By Sami K. Martin, Christian Post Reporter
December 19, 2011|4:54 pm

Hungary’s Constitutional Court has ruled against Prime Minister Viktor Orban’s proposal to require that new churches and religious organizations gain approval from Parliament.

The proposal is part of a new constitution passed by Orban’s regime after his election in April 2010. It would name 14 churches and synagogues as official Hungarian places of worship, while requiring any other religious groups to obtain approval from two-thirds of Parliament.

Orban passed a new constitution in July that will cause dramatic changes, including the change of Hungary’s name from the Republic of Hungary to Hungary, according to the U.S. State Department.

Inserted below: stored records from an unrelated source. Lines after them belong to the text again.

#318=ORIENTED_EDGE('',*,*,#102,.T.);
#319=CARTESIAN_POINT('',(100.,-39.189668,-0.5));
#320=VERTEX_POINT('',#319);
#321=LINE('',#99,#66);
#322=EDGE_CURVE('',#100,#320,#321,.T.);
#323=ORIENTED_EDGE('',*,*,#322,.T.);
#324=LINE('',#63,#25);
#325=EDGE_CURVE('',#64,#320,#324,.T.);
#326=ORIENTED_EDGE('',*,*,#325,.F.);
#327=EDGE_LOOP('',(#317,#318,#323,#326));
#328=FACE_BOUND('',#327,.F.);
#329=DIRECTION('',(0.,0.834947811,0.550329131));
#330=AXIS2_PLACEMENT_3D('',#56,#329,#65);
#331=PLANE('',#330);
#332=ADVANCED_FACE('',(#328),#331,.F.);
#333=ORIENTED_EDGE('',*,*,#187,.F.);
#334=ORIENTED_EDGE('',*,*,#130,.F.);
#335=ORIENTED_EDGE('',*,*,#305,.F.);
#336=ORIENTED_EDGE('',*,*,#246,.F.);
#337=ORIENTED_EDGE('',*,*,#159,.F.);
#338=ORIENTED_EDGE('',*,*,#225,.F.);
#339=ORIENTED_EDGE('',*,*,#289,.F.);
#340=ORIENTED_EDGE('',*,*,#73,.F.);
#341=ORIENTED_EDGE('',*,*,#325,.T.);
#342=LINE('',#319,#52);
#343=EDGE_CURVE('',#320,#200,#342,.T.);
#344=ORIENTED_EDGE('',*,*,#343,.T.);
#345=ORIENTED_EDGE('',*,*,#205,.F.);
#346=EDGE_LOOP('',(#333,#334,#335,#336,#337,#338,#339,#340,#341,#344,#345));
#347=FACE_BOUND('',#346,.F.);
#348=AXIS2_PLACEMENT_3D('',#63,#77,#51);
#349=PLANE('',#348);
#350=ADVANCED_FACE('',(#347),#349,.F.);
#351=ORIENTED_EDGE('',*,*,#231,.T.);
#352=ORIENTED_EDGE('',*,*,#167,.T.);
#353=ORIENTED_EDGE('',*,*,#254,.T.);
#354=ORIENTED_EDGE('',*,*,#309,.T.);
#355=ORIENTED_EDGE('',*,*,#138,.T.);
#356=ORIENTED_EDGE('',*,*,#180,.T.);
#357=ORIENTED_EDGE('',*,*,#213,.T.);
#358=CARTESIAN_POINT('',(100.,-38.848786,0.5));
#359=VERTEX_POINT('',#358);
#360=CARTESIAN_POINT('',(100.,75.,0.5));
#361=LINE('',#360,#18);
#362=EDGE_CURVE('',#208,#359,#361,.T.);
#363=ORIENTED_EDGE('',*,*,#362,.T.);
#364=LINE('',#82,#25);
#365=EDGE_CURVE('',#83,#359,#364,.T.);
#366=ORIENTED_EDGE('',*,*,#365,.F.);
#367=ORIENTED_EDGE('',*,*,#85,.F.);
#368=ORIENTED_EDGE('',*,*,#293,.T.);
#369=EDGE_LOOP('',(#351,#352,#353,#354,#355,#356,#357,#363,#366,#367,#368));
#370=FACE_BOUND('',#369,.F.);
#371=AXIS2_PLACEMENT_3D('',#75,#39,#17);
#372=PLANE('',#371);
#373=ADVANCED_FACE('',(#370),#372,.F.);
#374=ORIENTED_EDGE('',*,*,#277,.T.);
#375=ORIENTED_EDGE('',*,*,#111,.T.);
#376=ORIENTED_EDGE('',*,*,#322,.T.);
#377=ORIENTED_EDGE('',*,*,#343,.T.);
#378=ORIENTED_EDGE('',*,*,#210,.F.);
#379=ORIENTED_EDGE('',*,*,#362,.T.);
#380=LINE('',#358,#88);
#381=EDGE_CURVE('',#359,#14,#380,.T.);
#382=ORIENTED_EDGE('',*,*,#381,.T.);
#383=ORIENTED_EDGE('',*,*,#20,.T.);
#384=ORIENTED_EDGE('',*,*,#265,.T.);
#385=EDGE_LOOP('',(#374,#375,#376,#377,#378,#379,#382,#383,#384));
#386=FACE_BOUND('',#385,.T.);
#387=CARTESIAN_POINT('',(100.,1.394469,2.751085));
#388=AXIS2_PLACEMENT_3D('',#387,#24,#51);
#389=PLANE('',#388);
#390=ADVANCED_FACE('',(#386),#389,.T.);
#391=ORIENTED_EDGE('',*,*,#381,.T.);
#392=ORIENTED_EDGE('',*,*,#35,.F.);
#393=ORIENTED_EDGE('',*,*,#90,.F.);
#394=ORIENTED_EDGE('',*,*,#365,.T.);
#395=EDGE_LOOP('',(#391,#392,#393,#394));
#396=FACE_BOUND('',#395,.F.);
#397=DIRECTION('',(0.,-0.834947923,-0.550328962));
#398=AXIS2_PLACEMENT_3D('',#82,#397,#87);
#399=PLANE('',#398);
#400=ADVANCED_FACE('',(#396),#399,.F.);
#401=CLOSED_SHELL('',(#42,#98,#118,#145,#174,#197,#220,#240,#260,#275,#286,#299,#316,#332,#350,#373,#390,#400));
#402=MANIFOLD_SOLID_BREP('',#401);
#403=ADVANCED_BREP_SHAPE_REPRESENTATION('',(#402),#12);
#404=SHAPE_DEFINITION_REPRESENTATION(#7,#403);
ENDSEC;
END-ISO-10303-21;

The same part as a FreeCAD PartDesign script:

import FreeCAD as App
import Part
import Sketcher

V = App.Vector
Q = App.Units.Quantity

The new constitution also calls for a significant reduction in the amount of elected representatives and references Christianity as helping “preserve the nation.” Roman Catholicism is the religion of the majority in Hungary, but many feel that Orban’s regime neglects the religious minorities.

Thirteen U.S. Congressmen sent a letter to the Prime Minister’s office stating that they “hope that Hungary will remain committed to the protection of fundamental rights and freedoms, including freedom of conscience and religion.”

They also voiced the fear that the new law “will inevitably result in discrimination against minority religious groups” and called for it to be re-examined.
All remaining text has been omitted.